Tax credits: unaffordable and unfair

Michelle Dorrell, a self-employed single mother of four, attacked Conservative minister Amber Rudd on last week’s Question Time over cuts to tax credits. These tax-free benefits for the low-paid (see below) will be scaled back from 2016, while the minimum wage is being raised. The idea is to cut the deficit (the government’s annual overspend) and ensure that “work pays”. While claimants fear they will see their income drop, the government fears the welfare system has become not only unaffordable, but unfair and an impediment to growth too.

Tax paid in the UK (2014/2015) comes to £604bn. Total government revenue is £646bn. Against that, “total managed expenditure” is £736bn, leaving us with a deficit of £90bn (politicians usually talk of the “structural” deficit, ignoring the £45bn debt interest bill). Clearly things can’t go on as they are. So why, in the seven years since the crisis, has the UK’s national debt risen by more than £900bn – more than doubling? The answer is the soaring welfare budget, which now funds widespread under-employment.

In 1999, then-chancellor Gordon Brown extended benefits to those already in work with Working Families Tax Credit, which became the more generous tax credits system in 2003. Since 1999, UK welfare spending, post-inflation, has risen by 50% to £214bn. This extra £71bn (in today’s money) of welfare spending is £26bn more than the structural deficit, and threatens everything else the government is trying to fund, such as the NHS, education and defence. We just can’t afford it.

The UK’s tax take today is equivalent to a third of GDP. British history shows that you can’t raise the tax rate by more than 1%-2% above this without disincentivising productive workers (remember the ‘Brain Drain’?) and driving the tax take down. So deficit reduction must come mainly from spending cuts, not tax hikes. But what about inequality? According to the Office for National Statistics, the average earnings of the richest 20% of the population are 15 times higher than those of the bottom fifth. But this is pre-tax earnings data, which are irrelevant.

After the richest pay their taxes and the poorest get their benefits, the income disparity drops to 3.7 times. And on a per-hour-worked basis, the richest only earn about 60% more than the poorest. It’s hard to see how much more equal our society can get without excluding work altogether. As well as being unaffordable and unfair, tax credits are hurting productivity. Productivity growth averaged almost 2.5% a year for the three decades before the crisis. Yet it hasn’t grown at all since, even though GDP is at new highs and unemployment has fallen to 5.4% from a peak of 8.5%.
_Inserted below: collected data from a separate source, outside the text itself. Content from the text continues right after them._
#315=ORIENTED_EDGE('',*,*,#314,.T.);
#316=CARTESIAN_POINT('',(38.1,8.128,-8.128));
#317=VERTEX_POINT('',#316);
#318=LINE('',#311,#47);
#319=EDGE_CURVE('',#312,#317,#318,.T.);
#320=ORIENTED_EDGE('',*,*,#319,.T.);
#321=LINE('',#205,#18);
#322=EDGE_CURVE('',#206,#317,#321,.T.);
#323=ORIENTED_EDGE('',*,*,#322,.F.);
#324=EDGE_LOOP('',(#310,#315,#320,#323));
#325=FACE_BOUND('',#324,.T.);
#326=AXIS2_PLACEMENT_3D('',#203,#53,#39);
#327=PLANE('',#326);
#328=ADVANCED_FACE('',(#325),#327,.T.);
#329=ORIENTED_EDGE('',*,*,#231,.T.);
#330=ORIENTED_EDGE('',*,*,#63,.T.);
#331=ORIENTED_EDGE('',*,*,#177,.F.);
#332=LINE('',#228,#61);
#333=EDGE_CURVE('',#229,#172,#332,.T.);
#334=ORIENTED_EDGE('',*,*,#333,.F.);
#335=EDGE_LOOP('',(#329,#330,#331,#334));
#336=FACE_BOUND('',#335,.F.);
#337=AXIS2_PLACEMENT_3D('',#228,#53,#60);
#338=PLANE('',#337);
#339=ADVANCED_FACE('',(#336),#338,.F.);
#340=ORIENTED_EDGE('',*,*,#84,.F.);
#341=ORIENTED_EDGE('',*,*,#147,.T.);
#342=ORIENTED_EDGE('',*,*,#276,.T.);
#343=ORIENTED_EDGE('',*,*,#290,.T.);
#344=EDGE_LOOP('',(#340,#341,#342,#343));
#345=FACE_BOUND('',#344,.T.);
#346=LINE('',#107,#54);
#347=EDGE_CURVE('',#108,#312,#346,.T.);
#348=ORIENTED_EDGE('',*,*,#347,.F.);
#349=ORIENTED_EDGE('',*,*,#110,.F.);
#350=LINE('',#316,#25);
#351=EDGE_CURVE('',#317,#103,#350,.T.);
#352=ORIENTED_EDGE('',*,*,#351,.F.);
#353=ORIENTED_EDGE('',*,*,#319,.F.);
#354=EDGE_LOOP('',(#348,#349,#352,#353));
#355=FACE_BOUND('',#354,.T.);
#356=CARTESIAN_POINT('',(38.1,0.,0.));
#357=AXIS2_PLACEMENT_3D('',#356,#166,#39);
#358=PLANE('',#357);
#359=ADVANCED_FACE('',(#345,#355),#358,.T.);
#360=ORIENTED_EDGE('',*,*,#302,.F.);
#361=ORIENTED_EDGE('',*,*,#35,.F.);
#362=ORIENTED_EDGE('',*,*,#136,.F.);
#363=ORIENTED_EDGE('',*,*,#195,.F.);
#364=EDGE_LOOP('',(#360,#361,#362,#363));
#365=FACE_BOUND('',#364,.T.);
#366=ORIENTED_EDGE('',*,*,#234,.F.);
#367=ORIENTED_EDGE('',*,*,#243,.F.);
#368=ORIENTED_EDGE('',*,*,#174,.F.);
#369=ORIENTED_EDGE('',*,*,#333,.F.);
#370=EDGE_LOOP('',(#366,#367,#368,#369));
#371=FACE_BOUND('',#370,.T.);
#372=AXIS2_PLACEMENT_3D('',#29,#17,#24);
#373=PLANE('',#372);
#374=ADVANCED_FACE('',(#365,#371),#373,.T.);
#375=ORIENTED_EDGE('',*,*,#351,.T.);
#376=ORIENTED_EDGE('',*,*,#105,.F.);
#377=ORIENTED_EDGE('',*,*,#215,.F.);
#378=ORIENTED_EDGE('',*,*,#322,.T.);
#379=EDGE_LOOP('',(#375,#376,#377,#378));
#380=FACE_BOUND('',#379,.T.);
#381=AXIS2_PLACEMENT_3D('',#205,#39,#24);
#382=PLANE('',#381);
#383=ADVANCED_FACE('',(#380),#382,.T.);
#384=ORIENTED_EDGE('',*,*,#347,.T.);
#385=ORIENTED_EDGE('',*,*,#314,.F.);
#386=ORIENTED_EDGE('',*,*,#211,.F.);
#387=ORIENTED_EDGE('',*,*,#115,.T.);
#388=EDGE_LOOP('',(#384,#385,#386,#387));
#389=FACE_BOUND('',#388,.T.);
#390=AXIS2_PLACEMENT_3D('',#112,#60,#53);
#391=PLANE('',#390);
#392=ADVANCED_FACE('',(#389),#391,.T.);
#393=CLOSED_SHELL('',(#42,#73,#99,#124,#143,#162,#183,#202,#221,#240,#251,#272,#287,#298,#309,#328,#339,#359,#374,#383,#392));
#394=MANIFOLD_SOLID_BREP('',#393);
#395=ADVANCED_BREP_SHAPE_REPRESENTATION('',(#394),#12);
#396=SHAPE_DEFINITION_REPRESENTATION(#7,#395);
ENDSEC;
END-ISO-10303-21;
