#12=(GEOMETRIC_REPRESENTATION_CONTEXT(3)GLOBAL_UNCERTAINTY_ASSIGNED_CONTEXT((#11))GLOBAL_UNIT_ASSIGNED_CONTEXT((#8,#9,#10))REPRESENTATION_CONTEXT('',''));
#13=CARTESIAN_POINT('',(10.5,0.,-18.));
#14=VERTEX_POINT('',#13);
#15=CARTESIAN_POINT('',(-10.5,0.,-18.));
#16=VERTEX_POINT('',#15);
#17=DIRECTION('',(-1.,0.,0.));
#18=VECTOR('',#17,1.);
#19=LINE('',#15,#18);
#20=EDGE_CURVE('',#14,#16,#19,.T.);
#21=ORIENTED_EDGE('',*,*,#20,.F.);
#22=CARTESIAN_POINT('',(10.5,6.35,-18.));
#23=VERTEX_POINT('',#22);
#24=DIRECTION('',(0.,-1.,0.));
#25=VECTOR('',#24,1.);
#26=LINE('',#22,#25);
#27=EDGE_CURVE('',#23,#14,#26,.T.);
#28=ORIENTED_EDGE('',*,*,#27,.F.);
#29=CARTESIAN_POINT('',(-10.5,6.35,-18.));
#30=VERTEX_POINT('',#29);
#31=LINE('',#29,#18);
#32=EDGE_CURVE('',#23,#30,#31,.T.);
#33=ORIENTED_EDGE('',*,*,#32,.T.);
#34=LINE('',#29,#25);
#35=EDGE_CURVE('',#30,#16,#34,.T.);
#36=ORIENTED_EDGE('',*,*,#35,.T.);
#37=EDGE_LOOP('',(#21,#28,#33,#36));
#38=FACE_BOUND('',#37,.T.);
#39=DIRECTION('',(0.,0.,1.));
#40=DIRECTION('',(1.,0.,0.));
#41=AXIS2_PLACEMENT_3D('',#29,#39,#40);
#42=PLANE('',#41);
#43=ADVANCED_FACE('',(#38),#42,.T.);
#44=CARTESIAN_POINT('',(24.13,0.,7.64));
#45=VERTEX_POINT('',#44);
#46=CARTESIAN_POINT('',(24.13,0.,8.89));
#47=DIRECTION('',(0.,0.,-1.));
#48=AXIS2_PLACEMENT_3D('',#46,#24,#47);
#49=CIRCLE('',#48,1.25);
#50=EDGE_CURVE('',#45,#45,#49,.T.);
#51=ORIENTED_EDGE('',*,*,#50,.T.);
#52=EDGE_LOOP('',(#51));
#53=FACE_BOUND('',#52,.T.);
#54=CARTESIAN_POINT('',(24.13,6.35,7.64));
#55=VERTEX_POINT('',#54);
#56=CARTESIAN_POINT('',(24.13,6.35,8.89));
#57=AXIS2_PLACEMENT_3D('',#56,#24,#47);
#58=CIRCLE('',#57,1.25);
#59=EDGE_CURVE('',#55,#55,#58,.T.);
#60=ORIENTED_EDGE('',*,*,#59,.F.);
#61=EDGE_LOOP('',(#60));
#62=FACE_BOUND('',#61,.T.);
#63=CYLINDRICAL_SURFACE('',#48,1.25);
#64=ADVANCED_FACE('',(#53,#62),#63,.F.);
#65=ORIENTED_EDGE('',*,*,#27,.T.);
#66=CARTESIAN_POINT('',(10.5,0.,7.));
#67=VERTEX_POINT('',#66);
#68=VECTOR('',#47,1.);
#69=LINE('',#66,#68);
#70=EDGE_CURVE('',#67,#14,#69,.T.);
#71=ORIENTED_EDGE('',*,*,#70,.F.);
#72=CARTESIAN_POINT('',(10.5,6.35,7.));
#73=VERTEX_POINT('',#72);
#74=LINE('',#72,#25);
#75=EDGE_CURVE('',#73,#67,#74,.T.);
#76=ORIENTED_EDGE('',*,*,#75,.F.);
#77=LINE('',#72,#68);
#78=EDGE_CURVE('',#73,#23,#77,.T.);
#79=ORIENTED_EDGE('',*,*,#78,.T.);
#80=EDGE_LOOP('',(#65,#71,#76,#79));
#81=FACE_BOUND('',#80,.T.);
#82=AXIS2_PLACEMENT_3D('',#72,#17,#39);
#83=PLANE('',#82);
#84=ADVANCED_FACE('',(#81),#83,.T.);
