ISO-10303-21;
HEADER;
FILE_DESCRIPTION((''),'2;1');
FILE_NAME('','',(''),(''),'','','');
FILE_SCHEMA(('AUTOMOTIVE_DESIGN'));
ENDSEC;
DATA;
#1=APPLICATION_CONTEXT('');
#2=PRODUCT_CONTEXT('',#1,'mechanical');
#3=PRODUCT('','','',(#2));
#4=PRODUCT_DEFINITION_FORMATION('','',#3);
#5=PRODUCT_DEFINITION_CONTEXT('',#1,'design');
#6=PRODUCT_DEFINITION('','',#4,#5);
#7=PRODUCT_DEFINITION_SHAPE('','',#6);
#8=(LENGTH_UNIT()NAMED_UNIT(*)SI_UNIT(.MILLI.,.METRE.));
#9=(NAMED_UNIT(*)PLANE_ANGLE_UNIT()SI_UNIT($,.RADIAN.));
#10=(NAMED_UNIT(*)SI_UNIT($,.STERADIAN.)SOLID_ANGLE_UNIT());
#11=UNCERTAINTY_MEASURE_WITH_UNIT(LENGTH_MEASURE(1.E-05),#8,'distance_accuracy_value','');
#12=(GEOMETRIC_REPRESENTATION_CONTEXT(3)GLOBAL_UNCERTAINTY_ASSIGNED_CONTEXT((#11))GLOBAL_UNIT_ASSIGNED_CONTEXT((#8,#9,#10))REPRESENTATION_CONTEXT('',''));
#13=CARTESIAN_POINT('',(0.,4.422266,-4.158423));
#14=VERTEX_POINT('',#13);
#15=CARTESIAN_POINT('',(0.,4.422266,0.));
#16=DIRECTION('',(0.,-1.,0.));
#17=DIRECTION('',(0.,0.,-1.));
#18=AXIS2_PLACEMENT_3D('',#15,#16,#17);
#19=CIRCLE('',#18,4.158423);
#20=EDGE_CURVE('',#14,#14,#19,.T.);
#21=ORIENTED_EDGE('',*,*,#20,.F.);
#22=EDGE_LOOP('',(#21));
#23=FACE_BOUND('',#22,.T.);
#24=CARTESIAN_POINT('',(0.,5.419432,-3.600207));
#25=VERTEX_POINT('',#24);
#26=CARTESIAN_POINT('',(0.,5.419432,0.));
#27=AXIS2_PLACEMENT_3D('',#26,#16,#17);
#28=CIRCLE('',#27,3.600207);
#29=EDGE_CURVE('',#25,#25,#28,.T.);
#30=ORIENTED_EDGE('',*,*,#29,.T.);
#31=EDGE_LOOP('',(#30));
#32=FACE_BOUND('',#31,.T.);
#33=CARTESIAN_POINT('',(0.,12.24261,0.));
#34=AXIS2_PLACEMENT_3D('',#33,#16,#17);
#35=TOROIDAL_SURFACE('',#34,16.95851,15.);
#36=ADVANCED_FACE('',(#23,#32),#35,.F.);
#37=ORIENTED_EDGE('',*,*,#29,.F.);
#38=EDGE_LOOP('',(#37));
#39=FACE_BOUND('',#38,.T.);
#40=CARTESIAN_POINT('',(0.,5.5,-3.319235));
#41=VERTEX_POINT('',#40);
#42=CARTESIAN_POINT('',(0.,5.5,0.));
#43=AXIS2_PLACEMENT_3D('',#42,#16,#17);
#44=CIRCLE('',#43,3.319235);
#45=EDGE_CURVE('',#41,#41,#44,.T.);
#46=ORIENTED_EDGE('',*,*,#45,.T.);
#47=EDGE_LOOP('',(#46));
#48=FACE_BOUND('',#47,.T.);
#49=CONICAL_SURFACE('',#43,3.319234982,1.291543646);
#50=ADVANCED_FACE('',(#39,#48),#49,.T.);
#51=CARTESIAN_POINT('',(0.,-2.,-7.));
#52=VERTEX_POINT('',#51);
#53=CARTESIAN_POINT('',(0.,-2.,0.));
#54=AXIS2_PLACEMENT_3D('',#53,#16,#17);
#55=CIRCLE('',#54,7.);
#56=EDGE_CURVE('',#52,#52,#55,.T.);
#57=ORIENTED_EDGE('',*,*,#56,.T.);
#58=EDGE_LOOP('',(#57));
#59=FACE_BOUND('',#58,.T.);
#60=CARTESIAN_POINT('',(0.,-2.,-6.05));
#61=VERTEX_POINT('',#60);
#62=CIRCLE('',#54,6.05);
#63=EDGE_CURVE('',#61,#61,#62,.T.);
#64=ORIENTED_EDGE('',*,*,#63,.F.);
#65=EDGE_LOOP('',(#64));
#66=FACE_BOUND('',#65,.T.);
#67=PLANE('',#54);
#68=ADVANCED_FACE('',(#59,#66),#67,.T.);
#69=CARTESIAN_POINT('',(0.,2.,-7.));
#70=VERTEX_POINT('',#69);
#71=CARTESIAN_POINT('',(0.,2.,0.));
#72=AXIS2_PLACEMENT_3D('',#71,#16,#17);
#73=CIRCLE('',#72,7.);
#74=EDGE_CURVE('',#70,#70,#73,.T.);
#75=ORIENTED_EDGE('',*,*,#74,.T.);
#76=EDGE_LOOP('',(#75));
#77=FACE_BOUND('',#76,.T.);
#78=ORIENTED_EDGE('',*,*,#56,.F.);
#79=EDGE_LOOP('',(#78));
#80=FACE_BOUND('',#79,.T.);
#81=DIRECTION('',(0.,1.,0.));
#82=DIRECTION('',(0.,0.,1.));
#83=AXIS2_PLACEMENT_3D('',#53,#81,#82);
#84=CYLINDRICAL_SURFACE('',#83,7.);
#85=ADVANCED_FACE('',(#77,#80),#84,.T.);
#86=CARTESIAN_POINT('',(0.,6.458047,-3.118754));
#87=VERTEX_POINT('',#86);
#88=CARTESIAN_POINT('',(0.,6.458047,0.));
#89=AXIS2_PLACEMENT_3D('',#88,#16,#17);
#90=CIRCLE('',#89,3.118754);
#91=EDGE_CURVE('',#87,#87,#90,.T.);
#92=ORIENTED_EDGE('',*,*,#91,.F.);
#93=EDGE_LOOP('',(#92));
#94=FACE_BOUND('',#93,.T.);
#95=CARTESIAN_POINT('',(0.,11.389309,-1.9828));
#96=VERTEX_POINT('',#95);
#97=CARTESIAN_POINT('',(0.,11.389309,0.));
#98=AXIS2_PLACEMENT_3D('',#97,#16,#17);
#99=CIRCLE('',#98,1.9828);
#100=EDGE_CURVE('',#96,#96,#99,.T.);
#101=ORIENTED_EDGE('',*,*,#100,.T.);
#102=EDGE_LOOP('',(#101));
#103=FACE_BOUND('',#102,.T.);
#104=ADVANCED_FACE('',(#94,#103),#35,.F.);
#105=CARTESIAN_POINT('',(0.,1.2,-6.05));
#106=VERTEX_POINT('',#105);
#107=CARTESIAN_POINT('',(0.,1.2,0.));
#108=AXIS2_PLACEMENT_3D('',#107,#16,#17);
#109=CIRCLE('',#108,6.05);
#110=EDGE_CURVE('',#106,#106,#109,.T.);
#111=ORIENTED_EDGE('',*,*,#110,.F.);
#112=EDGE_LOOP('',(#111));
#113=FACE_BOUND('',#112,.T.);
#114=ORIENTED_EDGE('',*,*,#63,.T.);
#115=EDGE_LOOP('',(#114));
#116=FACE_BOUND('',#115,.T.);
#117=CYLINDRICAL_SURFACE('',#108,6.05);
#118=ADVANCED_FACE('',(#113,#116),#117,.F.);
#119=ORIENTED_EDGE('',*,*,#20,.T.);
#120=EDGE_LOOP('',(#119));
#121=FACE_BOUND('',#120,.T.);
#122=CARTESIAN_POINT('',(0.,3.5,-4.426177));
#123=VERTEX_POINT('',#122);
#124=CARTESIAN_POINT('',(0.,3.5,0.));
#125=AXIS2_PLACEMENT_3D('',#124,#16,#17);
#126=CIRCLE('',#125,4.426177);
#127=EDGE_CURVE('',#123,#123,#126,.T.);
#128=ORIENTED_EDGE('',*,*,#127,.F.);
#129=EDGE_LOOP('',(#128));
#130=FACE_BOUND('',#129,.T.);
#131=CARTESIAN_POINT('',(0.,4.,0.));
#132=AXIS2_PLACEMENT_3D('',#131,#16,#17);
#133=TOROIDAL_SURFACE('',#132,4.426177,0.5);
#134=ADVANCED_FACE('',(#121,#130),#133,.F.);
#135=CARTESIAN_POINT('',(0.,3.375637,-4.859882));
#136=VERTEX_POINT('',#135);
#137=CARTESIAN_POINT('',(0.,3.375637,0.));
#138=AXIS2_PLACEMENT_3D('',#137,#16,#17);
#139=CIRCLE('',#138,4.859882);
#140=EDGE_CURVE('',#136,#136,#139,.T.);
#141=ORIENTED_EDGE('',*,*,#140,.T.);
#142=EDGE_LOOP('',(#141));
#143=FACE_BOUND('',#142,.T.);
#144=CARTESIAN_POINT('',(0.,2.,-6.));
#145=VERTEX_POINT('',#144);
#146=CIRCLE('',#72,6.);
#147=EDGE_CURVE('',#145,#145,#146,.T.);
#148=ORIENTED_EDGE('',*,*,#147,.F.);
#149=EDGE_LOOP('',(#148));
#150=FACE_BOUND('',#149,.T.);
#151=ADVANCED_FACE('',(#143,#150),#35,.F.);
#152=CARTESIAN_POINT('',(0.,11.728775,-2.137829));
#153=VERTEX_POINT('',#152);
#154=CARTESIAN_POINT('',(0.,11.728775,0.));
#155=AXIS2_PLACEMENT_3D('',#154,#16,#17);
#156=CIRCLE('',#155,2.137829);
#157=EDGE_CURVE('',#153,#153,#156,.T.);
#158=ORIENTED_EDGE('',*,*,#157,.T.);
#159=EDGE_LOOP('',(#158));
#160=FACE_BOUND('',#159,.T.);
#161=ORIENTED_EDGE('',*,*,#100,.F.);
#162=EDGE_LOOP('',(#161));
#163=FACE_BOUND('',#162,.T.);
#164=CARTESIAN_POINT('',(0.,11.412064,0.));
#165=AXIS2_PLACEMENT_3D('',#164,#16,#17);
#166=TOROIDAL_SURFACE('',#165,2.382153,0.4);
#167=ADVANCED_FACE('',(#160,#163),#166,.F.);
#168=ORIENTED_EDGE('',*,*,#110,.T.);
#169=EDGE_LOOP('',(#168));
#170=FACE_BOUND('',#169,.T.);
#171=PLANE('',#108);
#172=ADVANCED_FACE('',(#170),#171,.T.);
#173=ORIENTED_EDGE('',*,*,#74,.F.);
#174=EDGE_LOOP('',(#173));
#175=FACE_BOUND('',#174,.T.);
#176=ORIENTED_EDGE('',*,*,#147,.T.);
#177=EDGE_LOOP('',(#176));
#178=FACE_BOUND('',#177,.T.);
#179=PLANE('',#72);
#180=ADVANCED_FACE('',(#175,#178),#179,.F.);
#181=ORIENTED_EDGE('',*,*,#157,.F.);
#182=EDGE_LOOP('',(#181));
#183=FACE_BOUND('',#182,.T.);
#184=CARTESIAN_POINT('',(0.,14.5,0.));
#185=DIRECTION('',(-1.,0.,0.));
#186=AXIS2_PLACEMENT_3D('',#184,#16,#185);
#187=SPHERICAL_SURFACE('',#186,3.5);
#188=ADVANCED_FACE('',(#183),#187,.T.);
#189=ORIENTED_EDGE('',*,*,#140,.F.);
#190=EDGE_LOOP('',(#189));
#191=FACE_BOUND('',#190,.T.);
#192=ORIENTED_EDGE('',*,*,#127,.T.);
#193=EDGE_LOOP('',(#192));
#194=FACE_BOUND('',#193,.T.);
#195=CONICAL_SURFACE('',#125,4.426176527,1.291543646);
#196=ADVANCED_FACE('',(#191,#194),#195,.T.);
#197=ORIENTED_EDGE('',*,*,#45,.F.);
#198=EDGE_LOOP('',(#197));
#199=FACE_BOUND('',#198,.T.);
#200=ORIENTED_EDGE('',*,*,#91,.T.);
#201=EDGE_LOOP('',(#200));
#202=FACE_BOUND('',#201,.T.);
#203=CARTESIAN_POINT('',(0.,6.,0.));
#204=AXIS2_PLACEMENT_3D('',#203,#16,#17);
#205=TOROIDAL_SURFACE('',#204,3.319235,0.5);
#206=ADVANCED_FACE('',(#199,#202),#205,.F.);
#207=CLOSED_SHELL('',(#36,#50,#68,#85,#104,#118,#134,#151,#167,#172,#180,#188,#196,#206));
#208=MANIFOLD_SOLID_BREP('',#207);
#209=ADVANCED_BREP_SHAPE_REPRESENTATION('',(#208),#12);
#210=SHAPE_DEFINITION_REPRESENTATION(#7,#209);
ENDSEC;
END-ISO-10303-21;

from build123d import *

# Parameters (mm, degrees)
SKETCH3_R           = 7
BOSS_EXTRUDE1_DEPTH = 2
BOSS_EXTRUDE2_START = -2
SKETCH3_3_R         = 7
BOSS_EXTRUDE2_DEPTH = 2
SKETCH5_R           = 6.05
CUT_EXTRUDE1_DEPTH  = 3.2


with BuildPart() as part:
    # Esboço1 → Revolução1 (revolve)
    with BuildSketch(Plane.XY):
        with BuildLine():
            Line((-6, 0), (0, 0))
            Line((0, 0), (0, 18))
            ThreePointArc((0, 18), (-3.312799908, 15.629316948), (-2.13782919, 11.728775297))
            ThreePointArc((-2.13782919, 11.728775297), (-2.018299709, 11.578229866), (-1.98280027, 11.389309212))
            ThreePointArc((-1.98280027, 11.389309212), (-2.341324967, 8.875429394), (-3.118754256, 6.458047463))
            ThreePointArc((-3.118754256, 6.458047463), (-2.829835487, 5.897588408), (-3.319234982, 5.5))
            Line((-3.319234982, 5.5), (-3.6002073, 5.419432484))
            ThreePointArc((-3.6002073, 5.419432484), (-3.869815727, 4.915531149), (-4.158423427, 4.422265648))
            ThreePointArc((-4.158423427, 4.422265648), (-3.946003212, 3.860595596), (-4.426176527, 3.5))
            Line((-4.426176527, 3.5), (-4.85988246, 3.375636825))
            ThreePointArc((-4.85988246, 3.375636825), (-5.409441117, 2.670828072), (-6, 2))
            Line((-6, 2), (-6, 0))
        make_face()
    revolve(axis=Axis((0, -3.799835873, 0), (0, 1, 0)))

    # Sketch3 → Boss-Extrude1 (add)
    with BuildSketch(Plane.XZ):
        Circle(SKETCH3_R)
    extrude(amount=BOSS_EXTRUDE1_DEPTH)

    # Sketch3<3> → Boss-Extrude2 (add)
    with BuildSketch(Plane.XZ.offset(BOSS_EXTRUDE2_START)):
        Circle(SKETCH3_3_R)
    extrude(amount=BOSS_EXTRUDE2_DEPTH)

    # Sketch5 → Cut-Extrude1 (cut)
    with BuildSketch(Plane.XZ.offset(2)):
        Circle(SKETCH5_R)
    extrude(amount=-CUT_EXTRUDE1_DEPTH, mode=Mode.SUBTRACT)


solid = part.part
Why not? Because although the one million full-time jobs that were lost in the crisis have been regained, the 1.4 million net new jobs (roughly equal to net immigration over the period) have been split between part-time and self-employed. Why? Because to get in-work benefits, including tax credits, claimants must either work two days a week or, if self-employed, say that they do. The work is unproductive because it has become secondary to the benefit income.

Here’s how it works. Part-time work on average pays around £6,500 a year, entitling claimants to the maximum tax credit, which on average pays another £6,340. This in turn entitles renters to housing benefit (£14,260) and council tax (£1,400), making total benefits of £22,000, with a cap of £26,000. The average part-time couple may only earn £8 an hour for two days’ work, but that’s tax-free. On top, benefits can take the family’s post-tax income up to more than £36,000 before they hit the cap, equivalent to earning almost £50,000 pre-tax – the same as a GP or barrister.

Because part-time workers on benefits can earn the equivalent of £30 an hour for the three days they don’t work, compared to the £8 an hour they earn for the two days they do, there’s no incentive to work more than 16 hours. Sure enough, the median number of hours worked by part-timers is 16.1. Not much will change: even the new cap is £23,000, more than the average after-tax wage. So a minimum wage, part-time worker can still take home almost £30,000. Little wonder tax credits cost us £30bn a year.

What are tax credits?

Despite the name, you don’t have to pay tax to get tax credits – they are benefits, and come in two types. The “working tax credit” is available to over-25s working at least 30 hours a week – but if you have children, this falls to 16 hours. “Child tax credits” are payable for each child under 16 – up to £2,780 per child.

There are plenty of variations and what you get depends very much on your circumstances, but for the current tax year (to April 2016), for example, according to HMRC, a household with two children, no childcare costs, and one partner working at least 30 hours a week could earn up to £30,000 a year and still be paid £1,230 a year in tax credits.

The main changes to the system are that the amount you can earn before the working tax credit starts to taper falls from £6,240 to £3,850 from April 2015, and the taper rate rises from 41% to 48% – in other words, the entitlement drops off more rapidly. Child tax credits will only apply to two children from April 2017, but existing claimants won’t be affected by that.

• James Ferguson is a founding partner of the MacroStrategy Partnership LLP.